▶ **About this exercise**
Among the lines below, a stretch begins at the one with "f 584 489 492" and ends at the one with "f 434 431 608". Repeat that stretch exactly, ends included.

(Stored records)
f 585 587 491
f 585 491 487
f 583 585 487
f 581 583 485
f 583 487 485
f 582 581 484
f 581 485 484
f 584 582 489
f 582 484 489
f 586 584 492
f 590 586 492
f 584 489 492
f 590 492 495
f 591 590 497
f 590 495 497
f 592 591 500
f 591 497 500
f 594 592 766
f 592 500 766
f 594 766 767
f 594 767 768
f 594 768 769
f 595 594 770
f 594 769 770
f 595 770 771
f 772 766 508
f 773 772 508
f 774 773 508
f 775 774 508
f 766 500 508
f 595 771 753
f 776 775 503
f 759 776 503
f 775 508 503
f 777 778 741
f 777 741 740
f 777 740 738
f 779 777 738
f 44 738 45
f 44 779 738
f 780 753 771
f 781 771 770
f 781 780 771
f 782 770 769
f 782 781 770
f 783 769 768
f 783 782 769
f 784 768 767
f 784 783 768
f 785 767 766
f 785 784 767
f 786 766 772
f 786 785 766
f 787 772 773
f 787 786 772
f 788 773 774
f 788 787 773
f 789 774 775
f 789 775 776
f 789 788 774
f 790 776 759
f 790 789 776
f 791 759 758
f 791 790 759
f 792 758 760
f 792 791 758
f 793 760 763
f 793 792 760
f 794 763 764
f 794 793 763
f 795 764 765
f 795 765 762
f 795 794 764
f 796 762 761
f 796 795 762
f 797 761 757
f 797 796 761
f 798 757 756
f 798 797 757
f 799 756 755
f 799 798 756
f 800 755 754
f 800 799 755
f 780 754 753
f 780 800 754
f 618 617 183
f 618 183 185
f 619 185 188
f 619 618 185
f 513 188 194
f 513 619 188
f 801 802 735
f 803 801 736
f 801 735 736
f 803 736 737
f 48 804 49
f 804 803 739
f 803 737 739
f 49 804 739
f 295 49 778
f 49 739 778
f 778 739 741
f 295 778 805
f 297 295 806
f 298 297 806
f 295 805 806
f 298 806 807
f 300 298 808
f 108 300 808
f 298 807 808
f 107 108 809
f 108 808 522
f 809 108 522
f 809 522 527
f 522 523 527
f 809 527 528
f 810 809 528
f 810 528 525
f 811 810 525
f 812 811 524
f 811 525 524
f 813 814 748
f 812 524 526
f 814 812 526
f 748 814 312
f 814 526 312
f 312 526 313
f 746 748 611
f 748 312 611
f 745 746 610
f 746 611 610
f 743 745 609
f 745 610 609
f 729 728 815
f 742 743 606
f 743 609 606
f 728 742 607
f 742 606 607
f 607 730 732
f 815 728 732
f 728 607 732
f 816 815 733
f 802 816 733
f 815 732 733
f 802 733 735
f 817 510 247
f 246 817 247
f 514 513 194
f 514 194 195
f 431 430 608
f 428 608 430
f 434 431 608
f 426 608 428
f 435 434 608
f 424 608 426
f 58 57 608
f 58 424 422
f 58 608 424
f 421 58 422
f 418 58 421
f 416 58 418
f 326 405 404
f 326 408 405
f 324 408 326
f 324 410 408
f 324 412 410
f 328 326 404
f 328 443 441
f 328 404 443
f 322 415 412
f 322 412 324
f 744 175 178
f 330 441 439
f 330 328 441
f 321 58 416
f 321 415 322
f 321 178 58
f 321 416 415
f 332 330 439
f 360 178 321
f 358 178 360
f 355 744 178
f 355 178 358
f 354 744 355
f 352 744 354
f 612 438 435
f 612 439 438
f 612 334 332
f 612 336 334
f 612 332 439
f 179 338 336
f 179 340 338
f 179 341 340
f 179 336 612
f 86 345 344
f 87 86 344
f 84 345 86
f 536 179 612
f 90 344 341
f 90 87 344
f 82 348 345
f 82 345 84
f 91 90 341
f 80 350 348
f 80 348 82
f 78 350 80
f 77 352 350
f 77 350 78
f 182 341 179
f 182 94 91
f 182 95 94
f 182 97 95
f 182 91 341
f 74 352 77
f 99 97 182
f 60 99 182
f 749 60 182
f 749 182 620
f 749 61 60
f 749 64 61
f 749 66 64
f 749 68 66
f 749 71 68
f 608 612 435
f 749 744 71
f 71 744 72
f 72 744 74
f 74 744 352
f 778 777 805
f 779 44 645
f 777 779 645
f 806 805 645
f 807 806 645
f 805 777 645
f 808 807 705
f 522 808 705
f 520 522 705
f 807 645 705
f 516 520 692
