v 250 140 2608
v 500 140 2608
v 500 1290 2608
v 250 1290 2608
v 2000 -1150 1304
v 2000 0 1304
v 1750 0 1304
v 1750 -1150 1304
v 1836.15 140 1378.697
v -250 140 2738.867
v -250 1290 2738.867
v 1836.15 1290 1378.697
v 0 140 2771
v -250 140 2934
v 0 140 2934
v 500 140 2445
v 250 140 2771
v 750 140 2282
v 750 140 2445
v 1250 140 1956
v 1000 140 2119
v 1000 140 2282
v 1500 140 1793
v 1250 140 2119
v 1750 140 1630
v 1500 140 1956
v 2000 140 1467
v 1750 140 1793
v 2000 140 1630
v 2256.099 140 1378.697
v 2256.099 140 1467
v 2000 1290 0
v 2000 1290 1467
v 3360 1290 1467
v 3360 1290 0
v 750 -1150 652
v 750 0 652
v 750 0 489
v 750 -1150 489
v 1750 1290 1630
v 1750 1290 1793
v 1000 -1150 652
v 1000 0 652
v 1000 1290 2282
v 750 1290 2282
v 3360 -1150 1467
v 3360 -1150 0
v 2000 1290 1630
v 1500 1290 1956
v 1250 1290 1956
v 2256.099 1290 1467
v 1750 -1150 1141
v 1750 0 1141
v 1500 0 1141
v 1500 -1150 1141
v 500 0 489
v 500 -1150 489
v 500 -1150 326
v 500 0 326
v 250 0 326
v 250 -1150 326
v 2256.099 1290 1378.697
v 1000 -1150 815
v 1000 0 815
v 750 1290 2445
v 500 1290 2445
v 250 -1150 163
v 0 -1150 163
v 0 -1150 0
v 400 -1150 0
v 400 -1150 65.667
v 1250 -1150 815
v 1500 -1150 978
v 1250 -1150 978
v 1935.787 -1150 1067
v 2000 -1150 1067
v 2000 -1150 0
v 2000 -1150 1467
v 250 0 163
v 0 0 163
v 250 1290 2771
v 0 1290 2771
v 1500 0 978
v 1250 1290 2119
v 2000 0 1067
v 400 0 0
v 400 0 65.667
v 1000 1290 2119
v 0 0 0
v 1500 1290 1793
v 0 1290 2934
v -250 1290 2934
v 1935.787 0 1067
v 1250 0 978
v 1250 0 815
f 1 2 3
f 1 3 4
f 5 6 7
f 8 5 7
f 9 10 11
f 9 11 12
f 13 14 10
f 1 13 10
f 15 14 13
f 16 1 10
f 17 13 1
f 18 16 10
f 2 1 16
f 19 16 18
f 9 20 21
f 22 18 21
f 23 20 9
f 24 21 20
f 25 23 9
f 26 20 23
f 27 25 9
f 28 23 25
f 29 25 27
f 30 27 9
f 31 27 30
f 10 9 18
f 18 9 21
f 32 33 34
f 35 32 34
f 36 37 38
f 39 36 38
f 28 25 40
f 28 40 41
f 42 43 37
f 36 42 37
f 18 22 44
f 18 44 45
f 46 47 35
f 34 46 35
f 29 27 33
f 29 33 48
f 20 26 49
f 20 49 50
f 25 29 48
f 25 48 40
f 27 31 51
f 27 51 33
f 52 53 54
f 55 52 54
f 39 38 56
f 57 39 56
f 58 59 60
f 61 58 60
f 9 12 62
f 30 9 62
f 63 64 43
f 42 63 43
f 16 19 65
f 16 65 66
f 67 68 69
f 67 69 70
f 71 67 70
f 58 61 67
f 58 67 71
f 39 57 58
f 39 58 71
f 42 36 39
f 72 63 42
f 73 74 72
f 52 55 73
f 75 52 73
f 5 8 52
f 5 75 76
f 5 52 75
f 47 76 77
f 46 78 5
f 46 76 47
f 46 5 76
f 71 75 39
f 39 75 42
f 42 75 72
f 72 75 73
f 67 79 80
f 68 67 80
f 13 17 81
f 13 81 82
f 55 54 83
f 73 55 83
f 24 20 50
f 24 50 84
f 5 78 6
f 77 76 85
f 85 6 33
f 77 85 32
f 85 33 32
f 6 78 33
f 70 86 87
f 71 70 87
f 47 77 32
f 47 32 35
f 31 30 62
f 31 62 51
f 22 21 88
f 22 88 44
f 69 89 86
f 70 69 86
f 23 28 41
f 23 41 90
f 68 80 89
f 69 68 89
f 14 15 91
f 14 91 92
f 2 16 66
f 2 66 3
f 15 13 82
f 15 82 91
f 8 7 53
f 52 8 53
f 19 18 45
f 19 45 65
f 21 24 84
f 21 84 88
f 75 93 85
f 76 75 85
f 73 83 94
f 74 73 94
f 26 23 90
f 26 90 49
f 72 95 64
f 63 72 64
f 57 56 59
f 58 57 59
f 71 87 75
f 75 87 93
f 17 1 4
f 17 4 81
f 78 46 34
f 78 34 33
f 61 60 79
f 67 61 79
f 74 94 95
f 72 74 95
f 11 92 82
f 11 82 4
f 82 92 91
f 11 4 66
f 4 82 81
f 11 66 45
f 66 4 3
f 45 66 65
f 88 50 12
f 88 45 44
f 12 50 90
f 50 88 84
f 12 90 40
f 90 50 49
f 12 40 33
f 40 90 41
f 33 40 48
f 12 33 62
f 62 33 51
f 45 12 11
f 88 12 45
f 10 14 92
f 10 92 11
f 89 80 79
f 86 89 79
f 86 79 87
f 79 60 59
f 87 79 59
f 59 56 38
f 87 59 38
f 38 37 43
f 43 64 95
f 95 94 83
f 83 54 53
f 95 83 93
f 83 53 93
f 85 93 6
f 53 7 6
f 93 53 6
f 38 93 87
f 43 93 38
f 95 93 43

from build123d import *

# Parameters (mm, degrees)
F1_DEPTH = 1150
F4_DEPTH = 1150
F5_W     = 1360
F5_H     = 2440
F6_DEPTH = 1467


with BuildPart() as f1:
    # F0 (on Front) → F1 (new body)
    with BuildSketch(Plane.XZ):
        Polygon((0, 163), (0, 0), (400, 0), (400, 65.6668404071), (1935.7870545904, 1067), (2250, 1067), (2250, 1467), (2000, 1467), (2000, 1304), (1750, 1304), (1750, 1141), (1500, 1141), (1500, 978), (1250, 978), (1250, 815), (1000, 815), (1000, 652), (750, 652), (750, 489), (500, 489), (500, 326), (250, 326), (250, 163), align=None)
    extrude(amount=F1_DEPTH)

    # F5 (on Top) → F6 (join)
    with BuildSketch(Plane.XY):
        with Locations((2680, 70)):
            Rectangle(F5_W, F5_H)
    extrude(amount=F6_DEPTH)


with BuildPart() as f4:
    # F3 (on offset) → F4 (new body)
    with BuildSketch(Plane.XZ.offset(-140)):
        Polygon((2000, 1630), (1750, 1630), (1750, 1793), (1500, 1793), (1500, 1956), (1250, 1956), (1250, 2119), (1000, 2119), (1000, 2282), (750, 2282), (750, 2445), (500, 2445), (500, 2608), (250, 2608), (250, 2771), (0, 2771), (0, 2934), (-250, 2934), (-250, 2738.8668404071), (1836.1503300429, 1378.6968252191), (2256.0992240906, 1378.6968252191), (2256.0992240906, 1467), (2000, 1467), align=None)
    extrude(amount=-F4_DEPTH)


solid = Compound([f1.part, f4.part])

▶ **Solution for this problem**
f 584 489 492
f 590 492 495
f 591 590 497
f 590 495 497
f 592 591 500
f 591 497 500
f 594 592 766
f 592 500 766
f 594 766 767
f 594 767 768
f 594 768 769
f 595 594 770
f 594 769 770
f 595 770 771
f 772 766 508
f 773 772 508
f 774 773 508
f 775 774 508
f 766 500 508
f 595 771 753
f 776 775 503
f 759 776 503
f 775 508 503
f 777 778 741
f 777 741 740
f 777 740 738
f 779 777 738
f 44 738 45
f 44 779 738
f 780 753 771
f 781 771 770
f 781 780 771
f 782 770 769
f 782 781 770
f 783 769 768
f 783 782 769
f 784 768 767
f 784 783 768
f 785 767 766
f 785 784 767
f 786 766 772
f 786 785 766
f 787 772 773
f 787 786 772
f 788 773 774
f 788 787 773
f 789 774 775
f 789 775 776
f 789 788 774
f 790 776 759
f 790 789 776
f 791 759 758
f 791 790 759
f 792 758 760
f 792 791 758
f 793 760 763
f 793 792 760
f 794 763 764
f 794 793 763
f 795 764 765
f 795 765 762
f 795 794 764
f 796 762 761
f 796 795 762
f 797 761 757
f 797 796 761
f 798 757 756
f 798 797 757
f 799 756 755
f 799 798 756
f 800 755 754
f 800 799 755
f 780 754 753
f 780 800 754
f 618 617 183
f 618 183 185
f 619 185 188
f 619 618 185
f 513 188 194
f 513 619 188
f 801 802 735
f 803 801 736
f 801 735 736
f 803 736 737
f 48 804 49
f 804 803 739
f 803 737 739
f 49 804 739
f 295 49 778
f 49 739 778
f 778 739 741
f 295 778 805
f 297 295 806
f 298 297 806
f 295 805 806
f 298 806 807
f 300 298 808
f 108 300 808
f 298 807 808
f 107 108 809
f 108 808 522
f 809 108 522
f 809 522 527
f 522 523 527
f 809 527 528
f 810 809 528
f 810 528 525
f 811 810 525
f 812 811 524
f 811 525 524
f 813 814 748
f 812 524 526
f 814 812 526
f 748 814 312
f 814 526 312
f 312 526 313
f 746 748 611
f 748 312 611
f 745 746 610
f 746 611 610
f 743 745 609
f 745 610 609
f 729 728 815
f 742 743 606
f 743 609 606
f 728 742 607
f 742 606 607
f 607 730 732
f 815 728 732
f 728 607 732
f 816 815 733
f 802 816 733
f 815 732 733
f 802 733 735
f 817 510 247
f 246 817 247
f 514 513 194
f 514 194 195
f 431 430 608
f 428 608 430
f 434 431 608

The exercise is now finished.